Porté par le dessin de Jean-Philippe Bramanti, qui construit visages et corps à partir d’un trait simple et d’un modelage complexe des couleurs et des ombres, ce récit graphique nous plonge dans les racines et la formation initiale d’un inventeur exceptionnel : on traverse les milieux des freak shows, de la foire du Wonderland and Temple Theatre (fondé en 1886), où pullulent les spectacles, les jeux d’optique, les illusions et les effets spéciaux de la fin du XIXe siècle, qui font partie de l’imaginaire et de l’œuvre de McCay.
Ce qui frappe ici, c’est la parenté de cette formation au dessin avec le niveau d’exigence des écoles d’art : dessin, trait, composition, perspective, travail d’après modèle, études sur le vif… Élève surdoué de John Goodison, le jeune dessinateur se confronte non seulement aux problèmes des volumes et des visages, mais doit affronter la notion de quatrième dimension, présentée comme défi mental par le professeur Hinton, mathématicien contemporain de McCay, lors d’une rencontre des deux hommes imaginée par Thierry Smolderen :
« Vous connaissez M. Descartes ? Avec deux coordonnées, on désigne n’importe quel point du tableau. / Il nous faudrait un degré de liberté supplémentaire pour évoluer dans la pièce. / Il se trouve que, dans notre espace, nous n’avons aucune difficulté à le trouver… / Avancez dans cette direction… Et nous voilà sortis de la prison du tableau, libres d’évoluer dans un espace à trois dimensions ! / Mais alors pourquoi ne pas chercher une quatrième dimension, perpendiculaire aux trois autres… / Et qui nous ouvre ainsi des horizons tout à fait inconnus et peut-être merveilleux ? »
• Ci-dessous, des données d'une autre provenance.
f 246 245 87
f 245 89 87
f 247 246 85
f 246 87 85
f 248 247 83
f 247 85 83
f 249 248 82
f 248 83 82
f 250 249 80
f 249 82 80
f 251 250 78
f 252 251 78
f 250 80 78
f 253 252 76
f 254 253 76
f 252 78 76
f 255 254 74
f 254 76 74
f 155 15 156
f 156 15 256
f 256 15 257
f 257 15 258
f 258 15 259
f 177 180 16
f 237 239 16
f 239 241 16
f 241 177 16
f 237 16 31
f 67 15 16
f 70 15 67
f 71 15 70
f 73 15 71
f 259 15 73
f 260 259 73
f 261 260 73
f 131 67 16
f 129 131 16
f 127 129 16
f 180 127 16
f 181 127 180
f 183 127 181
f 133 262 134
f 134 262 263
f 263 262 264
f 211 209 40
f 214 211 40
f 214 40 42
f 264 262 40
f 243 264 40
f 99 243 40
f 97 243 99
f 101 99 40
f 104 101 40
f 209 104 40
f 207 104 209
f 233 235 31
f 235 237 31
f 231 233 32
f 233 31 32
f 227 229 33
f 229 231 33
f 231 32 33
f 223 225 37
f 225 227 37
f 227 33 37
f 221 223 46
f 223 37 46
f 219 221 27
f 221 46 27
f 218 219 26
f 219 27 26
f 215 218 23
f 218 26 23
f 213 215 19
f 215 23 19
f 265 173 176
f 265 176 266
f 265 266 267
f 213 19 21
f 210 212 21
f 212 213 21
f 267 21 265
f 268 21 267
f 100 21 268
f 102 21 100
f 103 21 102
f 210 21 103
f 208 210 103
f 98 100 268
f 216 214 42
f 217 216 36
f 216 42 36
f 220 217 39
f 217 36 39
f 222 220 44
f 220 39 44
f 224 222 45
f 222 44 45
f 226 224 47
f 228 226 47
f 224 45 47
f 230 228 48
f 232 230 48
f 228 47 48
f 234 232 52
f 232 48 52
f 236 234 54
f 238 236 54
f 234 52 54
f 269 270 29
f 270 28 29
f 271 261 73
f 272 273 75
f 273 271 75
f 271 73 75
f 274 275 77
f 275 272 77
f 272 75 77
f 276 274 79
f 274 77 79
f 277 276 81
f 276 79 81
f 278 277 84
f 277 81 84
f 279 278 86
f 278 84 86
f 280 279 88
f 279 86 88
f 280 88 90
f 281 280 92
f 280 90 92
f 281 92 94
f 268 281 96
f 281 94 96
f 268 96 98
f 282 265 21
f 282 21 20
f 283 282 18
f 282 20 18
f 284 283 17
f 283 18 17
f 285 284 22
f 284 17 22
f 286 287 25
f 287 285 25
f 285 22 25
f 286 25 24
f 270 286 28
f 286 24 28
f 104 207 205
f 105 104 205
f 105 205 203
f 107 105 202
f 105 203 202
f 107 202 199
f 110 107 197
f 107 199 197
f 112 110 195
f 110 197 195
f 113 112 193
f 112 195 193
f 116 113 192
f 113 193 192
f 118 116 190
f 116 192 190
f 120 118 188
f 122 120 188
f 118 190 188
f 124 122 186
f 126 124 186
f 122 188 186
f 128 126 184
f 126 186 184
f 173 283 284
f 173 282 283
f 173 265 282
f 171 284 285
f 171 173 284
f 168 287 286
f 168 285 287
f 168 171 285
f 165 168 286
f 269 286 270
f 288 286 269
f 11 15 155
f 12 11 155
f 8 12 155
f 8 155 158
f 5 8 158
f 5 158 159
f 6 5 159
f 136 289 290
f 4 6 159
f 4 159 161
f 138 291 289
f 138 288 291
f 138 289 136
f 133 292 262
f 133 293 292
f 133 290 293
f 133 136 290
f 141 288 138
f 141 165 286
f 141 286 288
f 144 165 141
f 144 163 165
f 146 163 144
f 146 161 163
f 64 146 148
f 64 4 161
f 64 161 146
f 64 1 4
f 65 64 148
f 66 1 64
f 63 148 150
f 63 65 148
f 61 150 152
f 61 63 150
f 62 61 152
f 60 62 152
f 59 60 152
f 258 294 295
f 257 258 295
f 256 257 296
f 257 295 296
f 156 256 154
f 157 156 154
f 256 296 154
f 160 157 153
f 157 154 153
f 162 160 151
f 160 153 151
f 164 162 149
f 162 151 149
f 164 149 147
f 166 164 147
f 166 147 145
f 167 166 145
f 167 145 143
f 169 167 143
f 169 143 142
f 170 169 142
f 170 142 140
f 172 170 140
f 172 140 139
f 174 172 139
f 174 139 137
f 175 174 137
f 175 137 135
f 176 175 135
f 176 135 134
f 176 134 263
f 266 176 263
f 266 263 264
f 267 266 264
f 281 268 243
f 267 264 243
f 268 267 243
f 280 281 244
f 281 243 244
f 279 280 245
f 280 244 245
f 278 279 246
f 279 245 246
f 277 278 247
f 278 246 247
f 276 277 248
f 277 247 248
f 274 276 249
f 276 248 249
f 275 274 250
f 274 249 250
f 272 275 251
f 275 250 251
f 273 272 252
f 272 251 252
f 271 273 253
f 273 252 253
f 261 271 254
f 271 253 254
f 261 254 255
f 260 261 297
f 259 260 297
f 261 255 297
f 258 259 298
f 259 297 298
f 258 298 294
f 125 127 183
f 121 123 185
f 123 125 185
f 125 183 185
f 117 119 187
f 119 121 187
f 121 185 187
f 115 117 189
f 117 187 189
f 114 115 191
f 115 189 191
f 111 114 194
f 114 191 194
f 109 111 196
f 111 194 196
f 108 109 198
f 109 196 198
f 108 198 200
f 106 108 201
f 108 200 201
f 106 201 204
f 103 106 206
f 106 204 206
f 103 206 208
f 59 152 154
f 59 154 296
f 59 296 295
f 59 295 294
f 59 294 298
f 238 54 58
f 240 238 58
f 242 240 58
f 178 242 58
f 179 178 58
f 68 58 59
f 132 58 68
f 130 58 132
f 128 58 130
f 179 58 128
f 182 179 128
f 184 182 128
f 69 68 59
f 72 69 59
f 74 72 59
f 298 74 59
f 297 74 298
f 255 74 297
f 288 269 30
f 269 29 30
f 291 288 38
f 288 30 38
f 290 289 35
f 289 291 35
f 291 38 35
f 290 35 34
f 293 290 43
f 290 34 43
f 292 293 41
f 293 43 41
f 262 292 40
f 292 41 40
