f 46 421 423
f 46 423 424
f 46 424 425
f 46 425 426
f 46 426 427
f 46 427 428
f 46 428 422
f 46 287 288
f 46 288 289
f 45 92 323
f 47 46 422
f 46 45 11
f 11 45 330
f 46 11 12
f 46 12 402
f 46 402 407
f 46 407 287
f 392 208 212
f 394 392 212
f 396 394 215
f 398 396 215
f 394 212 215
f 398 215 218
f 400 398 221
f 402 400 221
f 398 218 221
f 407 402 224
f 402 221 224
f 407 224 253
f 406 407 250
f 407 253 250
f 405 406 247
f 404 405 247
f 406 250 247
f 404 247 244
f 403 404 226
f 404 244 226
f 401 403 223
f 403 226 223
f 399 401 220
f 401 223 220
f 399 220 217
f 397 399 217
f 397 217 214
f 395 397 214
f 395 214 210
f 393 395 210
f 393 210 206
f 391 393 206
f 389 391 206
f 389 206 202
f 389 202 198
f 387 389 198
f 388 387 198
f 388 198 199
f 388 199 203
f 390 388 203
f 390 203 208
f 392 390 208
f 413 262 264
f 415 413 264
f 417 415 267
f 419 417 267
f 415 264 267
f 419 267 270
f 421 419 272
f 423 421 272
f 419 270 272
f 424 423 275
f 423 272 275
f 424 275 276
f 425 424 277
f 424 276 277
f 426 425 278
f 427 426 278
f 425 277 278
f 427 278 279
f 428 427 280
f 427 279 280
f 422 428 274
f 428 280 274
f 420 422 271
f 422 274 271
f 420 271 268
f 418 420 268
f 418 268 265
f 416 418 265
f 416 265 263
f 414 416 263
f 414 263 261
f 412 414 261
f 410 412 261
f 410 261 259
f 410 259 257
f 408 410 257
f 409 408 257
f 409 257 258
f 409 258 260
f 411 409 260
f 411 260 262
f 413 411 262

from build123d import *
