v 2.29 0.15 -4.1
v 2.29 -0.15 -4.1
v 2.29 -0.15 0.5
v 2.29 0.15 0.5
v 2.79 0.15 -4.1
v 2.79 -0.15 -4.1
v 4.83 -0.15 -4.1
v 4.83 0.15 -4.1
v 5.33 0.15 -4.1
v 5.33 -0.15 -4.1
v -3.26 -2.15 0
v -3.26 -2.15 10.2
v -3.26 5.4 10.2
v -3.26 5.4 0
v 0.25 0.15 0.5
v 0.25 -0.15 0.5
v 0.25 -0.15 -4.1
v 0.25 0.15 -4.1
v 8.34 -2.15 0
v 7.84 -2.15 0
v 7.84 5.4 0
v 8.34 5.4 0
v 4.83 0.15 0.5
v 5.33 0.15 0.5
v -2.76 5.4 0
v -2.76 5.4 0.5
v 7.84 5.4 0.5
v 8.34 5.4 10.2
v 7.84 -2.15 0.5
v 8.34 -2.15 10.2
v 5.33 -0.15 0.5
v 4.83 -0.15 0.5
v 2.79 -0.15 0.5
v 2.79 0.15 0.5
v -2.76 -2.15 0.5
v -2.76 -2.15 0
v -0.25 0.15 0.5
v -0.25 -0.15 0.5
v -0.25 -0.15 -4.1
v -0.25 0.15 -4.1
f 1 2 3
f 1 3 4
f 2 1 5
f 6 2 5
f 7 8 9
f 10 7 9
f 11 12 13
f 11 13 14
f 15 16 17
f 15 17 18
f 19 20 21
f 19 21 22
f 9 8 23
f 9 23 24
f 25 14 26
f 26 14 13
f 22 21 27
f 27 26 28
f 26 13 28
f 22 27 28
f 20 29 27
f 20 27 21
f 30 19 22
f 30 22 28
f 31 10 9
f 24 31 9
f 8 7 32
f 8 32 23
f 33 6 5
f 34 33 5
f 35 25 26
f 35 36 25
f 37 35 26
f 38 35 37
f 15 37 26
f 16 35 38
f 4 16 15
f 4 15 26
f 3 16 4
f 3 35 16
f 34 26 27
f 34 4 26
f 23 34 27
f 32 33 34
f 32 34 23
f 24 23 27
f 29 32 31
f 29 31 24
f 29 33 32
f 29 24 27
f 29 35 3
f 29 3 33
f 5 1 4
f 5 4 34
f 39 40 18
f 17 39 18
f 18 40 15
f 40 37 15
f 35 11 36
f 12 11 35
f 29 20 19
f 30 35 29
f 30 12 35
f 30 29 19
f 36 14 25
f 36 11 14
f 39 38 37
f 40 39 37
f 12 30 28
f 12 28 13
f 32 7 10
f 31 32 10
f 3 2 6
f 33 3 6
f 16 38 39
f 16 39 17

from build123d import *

# Parameters (mm, degrees)
PAD_DEPTH           = 2.15
PAD_DEPTH_BACK      = 5.4
SKETCH001_W         = 0.5
SKETCH001_H         = 0.3
PAD001_DEPTH        = 0.6
PAD001_DEPTH_BACK   = 4.1
LINEARPATTERN_COUNT = 3
LINEARPATTERN_PITCH = 2.54


with BuildPart() as part:
    # Sketch → Pad (new body, two sides)
    with BuildSketch(Plane.XZ) as pad_sk:
        Polygon((-2.76, 0.5), (7.84, 0.5), (7.84, 0), (8.34, 0), (8.34, 10.2), (-3.26, 10.2), (-3.26, 0), (-2.76, 0), align=None)
    extrude(amount=PAD_DEPTH)
    extrude(pad_sk.sketch, amount=-PAD_DEPTH_BACK)

    # Sketch001 → Pad001 (join, two sides)
    with BuildSketch(Plane.XY) as pad001_sk:
        Rectangle(SKETCH001_W, SKETCH001_H)
    pad001 = extrude(amount=PAD001_DEPTH) + extrude(pad001_sk.sketch, amount=-PAD001_DEPTH_BACK)

    # LinearPattern: Pad001 ×3
    with Locations(*[(i * LINEARPATTERN_PITCH, 0, 0) for i in range(1, LINEARPATTERN_COUNT)]):
        add(pad001)


solid = part.part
Winsor McCay a déjà en lui, à cette époque, une capacité à dessiner dans un autre espace que l’espace académique : il improvise devant ses amis des compositions fantastiques qui détonnent dans les milieux du dessin artiste ou du dessin de presse. Cette biographie – ou, si l’on veut, ce biopic – est en ce sens d’un intérêt historique et pédagogique immédiat, qui touche aux motivations profondes qui conduisent un créateur vers le comic strip. Elle met parfaitement en valeur le « travail » de l’image et de l’imaginaire dans la formation du dessinateur et renvoie au très haut niveau d’exigence artistique qu’implique l’art de dessiner et de construire des mondes. La découverte traumatique de la quatrième dimension, réelle ou inventée par le scénariste, plonge le personnage de McCay dans un désarroi profond, une véritable crise cérébrale, qui change à jamais sa perception de la représentation et dont il mettra des années à se remettre.
Le retour à la création est alors d’une puissance redoutable : installé à Long Island, McCay, très prolifique, dessine les « rêves » de Nemo, ce petit garçon adorable et perdu dont on voit se développer, case après case, les récits oniriques, ouverts à toutes les dimensions, et qui tombe généralement au bas de son lit à la fin de la planche, transporté par l’émotion, le délire, la surprise. Mais la recherche graphique, architecturale, de McCay est permanente : il s’interroge sur certains effets nouveaux, explore toujours au-delà dans les décors (les architectures de McCay sont en elles-mêmes de vrais chefs-d’œuvre, de vrais personnages), les mouvements, la rythmique, les effets d’agrandissement, de changement d’échelle et de rupture d’espace : l’écriture du monde des rêves, chez lui, devient très vite un dessin en n dimensions, que Jean-Philippe Bramanti cite avec précision et dont il joue aussi dans ses propres mises en espace, suggérant des troubles spécifiques chez McCay. On suit ainsi la formation de l’auteur, étape par étape, ville par ville, où s’entremêlent des éléments réels, soigneusement documentés, et les scènes fantasmées, tout au long d’un thriller psychologique où apparaît l’idée du dessin comme médium d’une autre dimension de l’esprit.
« J’essaie de m’adresser à votre imagination, à votre intuition spatiale et visuelle… / […] Puisque nous savons que c’est à ce niveau-là que se situe la porte magique ! »
À ce régime, Jean-Philippe Bramanti et Thierry Smolderen ne pouvaient que basculer dans l’hyperespace fictionnel, ce qui donne lieu à des éléments fantastiques emboîtés assez vertigineux et à des sensations d’espace courbe déstabilisantes. De la même manière que le montreur de Gertie le dinosaure entrait dans son film, la conscience de McCay arpente les rivages et traverse, comme Alice, le miroir de la fiction qu’il a construite.
Le roman graphique, au défi de dire la vie du fondateur de cet art, parvient à élaborer, sous nos yeux, aux frontières de la folie, la déconstruction même des effets de la vue chez un des plus grands créateurs du XXe siècle.